Die Liste über die möglichen Gründe für Infertilität ist lang und hängt wesentlich mit der Art zusammen, wie wir als Menschheit den Planeten und unsere Umwelt behandeln. Da alles miteinander in Verbindung steht, war es nur eine Frage der Zeit, bis wir die von uns in die Umwelt entlassenen Schadstoffe nun schließlich in unserem eigenen Körper nachweisen können. Mikroplastik findet seinen Weg über die Plazenta bereits in den ungeborenen Menschen.7

Referenzen:
  1. https://www.who.int/news/item/04-04-2023-1-in-6-people-globally-affected-by-infertility
  2. https://www.destatis.de/DE/Themen/Querschnitt/Demografischer-Wandel/_inhalt.html
  3. Skoracka K. et al. (2021). Female Fertility and the Nutritional Approach: The Most Essential Aspects. Adv Nutr. 2021 Dec 1;12(6):2372-2386.
  4. Zhang C. et al. (2022). Microplastics May Be a Significant Cause of Male Infertility. Am J Mens Health. 2022 May-Jun;16(3):15579883221096549.

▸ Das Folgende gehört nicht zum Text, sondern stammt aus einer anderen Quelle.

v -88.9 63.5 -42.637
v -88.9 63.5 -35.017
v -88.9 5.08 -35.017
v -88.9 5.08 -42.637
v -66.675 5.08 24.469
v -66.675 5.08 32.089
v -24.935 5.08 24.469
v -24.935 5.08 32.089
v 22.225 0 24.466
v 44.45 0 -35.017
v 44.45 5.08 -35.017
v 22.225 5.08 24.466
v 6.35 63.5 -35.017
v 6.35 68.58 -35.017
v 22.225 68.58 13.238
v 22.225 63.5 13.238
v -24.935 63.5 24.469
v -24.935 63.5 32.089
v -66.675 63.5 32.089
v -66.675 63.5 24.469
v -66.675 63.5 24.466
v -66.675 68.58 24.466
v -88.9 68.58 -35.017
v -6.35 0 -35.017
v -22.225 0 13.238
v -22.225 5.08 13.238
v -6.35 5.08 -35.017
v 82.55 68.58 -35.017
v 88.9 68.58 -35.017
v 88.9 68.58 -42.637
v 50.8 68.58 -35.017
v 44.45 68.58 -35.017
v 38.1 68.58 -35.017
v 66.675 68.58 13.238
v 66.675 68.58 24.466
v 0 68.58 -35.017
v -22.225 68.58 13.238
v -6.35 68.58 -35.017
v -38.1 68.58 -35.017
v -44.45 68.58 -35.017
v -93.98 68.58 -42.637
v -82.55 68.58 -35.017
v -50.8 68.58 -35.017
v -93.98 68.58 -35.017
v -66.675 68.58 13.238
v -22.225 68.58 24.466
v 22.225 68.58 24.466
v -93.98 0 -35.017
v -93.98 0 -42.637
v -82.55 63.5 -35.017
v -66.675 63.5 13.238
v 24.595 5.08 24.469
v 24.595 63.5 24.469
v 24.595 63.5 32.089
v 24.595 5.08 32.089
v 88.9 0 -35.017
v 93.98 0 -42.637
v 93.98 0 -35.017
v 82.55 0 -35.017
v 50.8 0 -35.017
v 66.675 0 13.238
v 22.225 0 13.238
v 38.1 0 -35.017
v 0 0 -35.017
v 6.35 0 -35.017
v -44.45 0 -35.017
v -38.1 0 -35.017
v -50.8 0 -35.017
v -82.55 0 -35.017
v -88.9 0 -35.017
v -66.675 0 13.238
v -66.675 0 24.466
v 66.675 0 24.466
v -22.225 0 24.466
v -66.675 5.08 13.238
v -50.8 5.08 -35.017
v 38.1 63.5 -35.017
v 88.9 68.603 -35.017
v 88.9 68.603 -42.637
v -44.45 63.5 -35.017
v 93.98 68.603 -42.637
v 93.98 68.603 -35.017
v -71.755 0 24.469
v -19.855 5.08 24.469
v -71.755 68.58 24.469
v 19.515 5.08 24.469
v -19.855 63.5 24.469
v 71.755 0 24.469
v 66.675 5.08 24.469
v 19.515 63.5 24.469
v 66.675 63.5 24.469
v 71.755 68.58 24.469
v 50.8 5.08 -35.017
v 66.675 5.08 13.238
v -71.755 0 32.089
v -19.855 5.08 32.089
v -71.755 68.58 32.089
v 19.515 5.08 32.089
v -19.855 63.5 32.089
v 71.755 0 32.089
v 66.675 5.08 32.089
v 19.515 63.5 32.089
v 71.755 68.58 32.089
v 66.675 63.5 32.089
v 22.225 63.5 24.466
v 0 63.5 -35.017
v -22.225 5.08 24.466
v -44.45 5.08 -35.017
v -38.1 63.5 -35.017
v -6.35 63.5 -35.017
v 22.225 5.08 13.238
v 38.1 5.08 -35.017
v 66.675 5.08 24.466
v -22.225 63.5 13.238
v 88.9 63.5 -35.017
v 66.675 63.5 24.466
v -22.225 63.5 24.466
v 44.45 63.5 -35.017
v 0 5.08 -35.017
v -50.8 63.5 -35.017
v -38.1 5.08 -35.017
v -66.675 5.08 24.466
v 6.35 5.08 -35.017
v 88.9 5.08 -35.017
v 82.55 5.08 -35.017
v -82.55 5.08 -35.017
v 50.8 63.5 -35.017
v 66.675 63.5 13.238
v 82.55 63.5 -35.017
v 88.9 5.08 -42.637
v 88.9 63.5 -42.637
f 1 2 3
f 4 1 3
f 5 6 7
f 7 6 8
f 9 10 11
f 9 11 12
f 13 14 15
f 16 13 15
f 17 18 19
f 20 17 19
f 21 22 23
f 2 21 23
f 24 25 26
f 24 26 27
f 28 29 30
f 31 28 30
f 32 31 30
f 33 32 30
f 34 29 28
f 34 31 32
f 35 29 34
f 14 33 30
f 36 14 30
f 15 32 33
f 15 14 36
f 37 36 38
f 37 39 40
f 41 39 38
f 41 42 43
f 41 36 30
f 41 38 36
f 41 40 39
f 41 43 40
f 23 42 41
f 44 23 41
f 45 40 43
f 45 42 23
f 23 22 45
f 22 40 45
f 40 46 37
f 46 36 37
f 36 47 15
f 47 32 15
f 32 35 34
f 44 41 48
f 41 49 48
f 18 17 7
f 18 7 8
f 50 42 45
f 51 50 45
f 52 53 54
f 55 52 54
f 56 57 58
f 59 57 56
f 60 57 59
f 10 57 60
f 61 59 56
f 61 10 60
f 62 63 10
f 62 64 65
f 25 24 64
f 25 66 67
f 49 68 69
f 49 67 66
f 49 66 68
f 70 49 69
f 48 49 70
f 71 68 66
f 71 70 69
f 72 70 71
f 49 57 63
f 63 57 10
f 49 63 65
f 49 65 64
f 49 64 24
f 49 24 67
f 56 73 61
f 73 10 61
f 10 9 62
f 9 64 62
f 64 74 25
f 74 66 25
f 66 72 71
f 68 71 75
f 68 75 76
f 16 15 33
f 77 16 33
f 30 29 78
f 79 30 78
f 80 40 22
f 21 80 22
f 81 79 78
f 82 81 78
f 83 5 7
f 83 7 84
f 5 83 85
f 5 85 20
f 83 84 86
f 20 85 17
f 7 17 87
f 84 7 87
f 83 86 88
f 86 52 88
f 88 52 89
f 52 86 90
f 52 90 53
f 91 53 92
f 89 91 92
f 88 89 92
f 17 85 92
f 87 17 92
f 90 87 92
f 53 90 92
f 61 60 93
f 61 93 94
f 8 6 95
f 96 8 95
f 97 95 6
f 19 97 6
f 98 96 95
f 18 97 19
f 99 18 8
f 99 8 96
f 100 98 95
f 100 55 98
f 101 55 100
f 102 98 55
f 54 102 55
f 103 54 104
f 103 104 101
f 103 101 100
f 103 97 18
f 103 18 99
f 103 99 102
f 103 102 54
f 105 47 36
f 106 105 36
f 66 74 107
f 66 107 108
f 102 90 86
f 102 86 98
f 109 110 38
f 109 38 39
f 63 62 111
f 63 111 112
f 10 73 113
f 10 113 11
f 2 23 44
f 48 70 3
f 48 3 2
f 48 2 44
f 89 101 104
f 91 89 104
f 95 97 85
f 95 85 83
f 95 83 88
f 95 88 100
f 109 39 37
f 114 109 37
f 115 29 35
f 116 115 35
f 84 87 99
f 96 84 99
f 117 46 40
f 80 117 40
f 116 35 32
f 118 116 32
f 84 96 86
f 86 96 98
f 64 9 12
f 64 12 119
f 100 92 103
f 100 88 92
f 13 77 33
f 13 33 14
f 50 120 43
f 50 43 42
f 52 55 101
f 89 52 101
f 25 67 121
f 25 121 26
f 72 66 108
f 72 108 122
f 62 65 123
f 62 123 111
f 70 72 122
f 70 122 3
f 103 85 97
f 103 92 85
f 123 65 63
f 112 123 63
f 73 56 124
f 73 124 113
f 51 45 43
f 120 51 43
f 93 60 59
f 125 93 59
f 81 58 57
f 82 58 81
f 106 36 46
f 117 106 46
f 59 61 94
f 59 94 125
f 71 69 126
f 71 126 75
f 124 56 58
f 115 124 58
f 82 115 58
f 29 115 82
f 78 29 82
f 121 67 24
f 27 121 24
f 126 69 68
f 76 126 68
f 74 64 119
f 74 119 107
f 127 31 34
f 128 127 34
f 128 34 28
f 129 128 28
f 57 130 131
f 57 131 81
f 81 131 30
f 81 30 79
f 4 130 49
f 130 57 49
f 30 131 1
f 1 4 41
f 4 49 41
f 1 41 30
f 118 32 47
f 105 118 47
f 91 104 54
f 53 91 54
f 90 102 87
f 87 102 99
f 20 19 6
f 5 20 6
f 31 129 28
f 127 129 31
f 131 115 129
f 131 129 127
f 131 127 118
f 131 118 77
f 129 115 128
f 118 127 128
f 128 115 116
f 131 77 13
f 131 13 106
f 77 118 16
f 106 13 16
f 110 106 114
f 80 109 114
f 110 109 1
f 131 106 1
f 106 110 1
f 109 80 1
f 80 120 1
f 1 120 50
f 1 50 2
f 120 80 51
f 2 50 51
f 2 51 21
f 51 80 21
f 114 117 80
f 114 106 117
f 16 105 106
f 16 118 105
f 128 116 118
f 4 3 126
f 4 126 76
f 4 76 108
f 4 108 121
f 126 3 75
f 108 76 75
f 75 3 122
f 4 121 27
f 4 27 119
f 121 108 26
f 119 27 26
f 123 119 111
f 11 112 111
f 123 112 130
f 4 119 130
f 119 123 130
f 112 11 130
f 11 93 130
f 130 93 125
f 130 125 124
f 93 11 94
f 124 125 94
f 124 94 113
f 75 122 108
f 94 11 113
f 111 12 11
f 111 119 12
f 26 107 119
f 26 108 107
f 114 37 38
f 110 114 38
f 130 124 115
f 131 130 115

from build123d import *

# Parameters (mm, degrees)
F0_W      = 177.8
F0_H      = 7.62
F1_DEPTH  = 5.08
F0_W_2    = 133.35
F3_DEPTH  = 5.08
F4_W      = 58.42
F4_H      = 7.62
F4_W_2    = 5.08
F5_DEPTH  = 5.08
F6_W      = 182.88
F6_H      = 7.62
F7_DEPTH  = 5.08
F8_W      = 68.6033219099
F8_H      = 7.62
F9_DEPTH  = 5.08
F11_DEPTH = 5.08
F12_W     = 63.5
F12_H     = 7.62
F13_DEPTH = 5.08
F14_W     = 138.43
F14_H     = 7.62
F15_DEPTH = 5.08
F16_W     = 68.58
F16_H     = 7.62
F17_DEPTH = 5.08
F18_W     = 5.08
F18_H     = 7.62
F19_DEPTH = 63.5
F20_W     = 5.08
F20_H     = 7.62
F21_DEPTH = 63.5


# Not quite as in the source:
# - a pattern or mirror of a feature is missing from the dataset's text; its kind, count and spacing are read off the source's solid


with BuildPart() as f1:
    # F0 (on Front) → F1 (new body)
    with BuildSketch(Plane.XZ):
        with Locations((0, -38.8273451847)):
            Rectangle(F0_W, F0_H)
    extrude(amount=-F1_DEPTH)

    # F2 (on Front) → F3 (join)
    with BuildSketch(Plane.XZ):
        Polygon((-66.675, 24.46626075), (-88.9, -35.0173451847), (-82.55, -35.0173451847), (-66.675, 13.2384770029), (-50.8, -35.0173451847), (-44.45, -35.0173451847), align=None)
        Polygon((-22.225, 24.46626075), (-44.45, -35.0173451847), (-38.1, -35.0173451847), (-22.225, 13.2384770029), (-6.35, -35.0173451847), (0, -35.0173451847), align=None)
        Polygon((22.225, 24.46626075), (0, -35.0173451847), (6.35, -35.0173451847), (22.225, 13.2384770029), (38.1, -35.0173451847), (44.45, -35.0173451847), align=None)
        Polygon((66.675, 24.46626075), (44.45, -35.0173451847), (50.8, -35.0173451847), (66.675, 13.2384770029), (82.55, -35.0173451847), (88.9, -35.0173451847), align=None)
    f3 = extrude(amount=-F3_DEPTH)

    # F3_copies: F3 across plane
    add(f3.mirror(Plane.ZX.offset(34.29)))

    # F4 (on face) → F5 (join)
    with BuildSketch(Plane(origin=(-88.9, 0, 0), x_dir=(0, -1, 0), z_dir=(-1, 0, 0))):
        with Locations((-34.29, -38.8273451847)):
            Rectangle(F4_W, F4_H)
        with Locations((-2.54, -38.8273451847)):
            Rectangle(F4_W_2, F4_H)
    extrude(amount=F5_DEPTH)

    # F6 (on face) → F7 (join)
    with BuildSketch(Plane(origin=(0, 63.5, 0), x_dir=(-1, 0, 0), z_dir=(0, 1, 0))):
        with Locations((2.54, -38.8273451847)):
            Rectangle(F6_W, F6_H)
    extrude(amount=F7_DEPTH)

    # F8 (on face) → F9 (join)
    with BuildSketch(Plane.YZ.offset(88.9)):
        with Locations((34.301660955, -38.8273451847)):
            Rectangle(F8_W, F8_H)
    extrude(amount=F9_DEPTH)

    # F10 (on face) → F11 (join)
    with BuildSketch(Plane.XZ):
        Polygon((-66.675, 24.46626075), (-88.9, -35.0173451847), (-82.55, -35.0173451847), (-66.675, 13.2384770029), (-50.8, -35.0173451847), (-44.45, -35.0173451847), align=None)
        Polygon((-22.225, 24.46626075), (-44.45, -35.0173451847), (-38.1, -35.0173451847), (-22.225, 13.2384770029), (-6.35, -35.0173451847), (0, -35.0173451847), align=None)
        Polygon((22.225, 24.46626075), (0, -35.0173451847), (6.35, -35.0173451847), (22.225, 13.2384770029), (38.1, -35.0173451847), (44.45, -35.0173451847), align=None)
        Polygon((82.55, -35.0173451847), (88.9, -35.0173451847), (66.675, 24.46626075), (44.45, -35.0173451847), (50.8, -35.0173451847), (66.675, 13.2384770029), align=None)
    extrude(amount=-F11_DEPTH)


with BuildPart() as f1b:
    # F0 (on Front) → F1, piece 2 (new body)
    with BuildSketch(Plane.XZ):
        with Locations((0, 28.2794548153)):
            Rectangle(F0_W_2, F0_H)
    extrude(amount=-F1_DEPTH)

    # F12 (on face) → F13 (join)
    with BuildSketch(Plane.YZ.offset(66.675)):
        with Locations((31.75, 28.2794548153)):
            Rectangle(F12_W, F12_H)
    extrude(amount=F13_DEPTH)

    # F14 (on face) → F15 (join)
    with BuildSketch(Plane(origin=(0, 63.5, 0), x_dir=(-1, 0, 0), z_dir=(0, 1, 0))):
        with Locations((-2.54, 28.2794548153)):
            Rectangle(F14_W, F14_H)
    extrude(amount=F15_DEPTH)

    # F16 (on face) → F17 (join)
    with BuildSketch(Plane(origin=(-66.675, 0, 0), x_dir=(0, -1, 0), z_dir=(-1, 0, 0))):
        with Locations((-34.29, 28.2794548153)):
            Rectangle(F16_W, F16_H)
    extrude(amount=F17_DEPTH)

    # F18 (on face) → F19 (join)
    with BuildSketch(Plane.XZ.offset(-63.5)):
        with Locations((-22.3953099983, 28.2794548153)):
            Rectangle(F18_W, F18_H)
    extrude(amount=F19_DEPTH)

    # F20 (on face) → F21 (join)
    with BuildSketch(Plane.XZ.offset(-63.5)):
        with Locations((22.0546900017, 28.2794548153)):
            Rectangle(F20_W, F20_H)
    extrude(amount=F21_DEPTH)


solid = Compound([f1.part, f1b.part])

  5. https://www.sciencemediacenter.de/alle-angebote/research-in-context/details/news/who-bericht-zu-mikroplastik-im-trinkwasser/#:~:text=Zwei%20Studien%20weisen%20Mikroplastik%20in,0.0007%20Partikel%20pro%20Liter%20gefunden.
  6. D'Angelo S. et al. (2021). Microplastics: A Threat for Male Fertility. Int J Environ Res Public Health. 2021 Mar 1;18(5):2392.
  7. Ragusa A. et al. (2021). Plasticenta: First evidence of microplastics in human placenta. Environ Int. 2021 Jan;146:106274.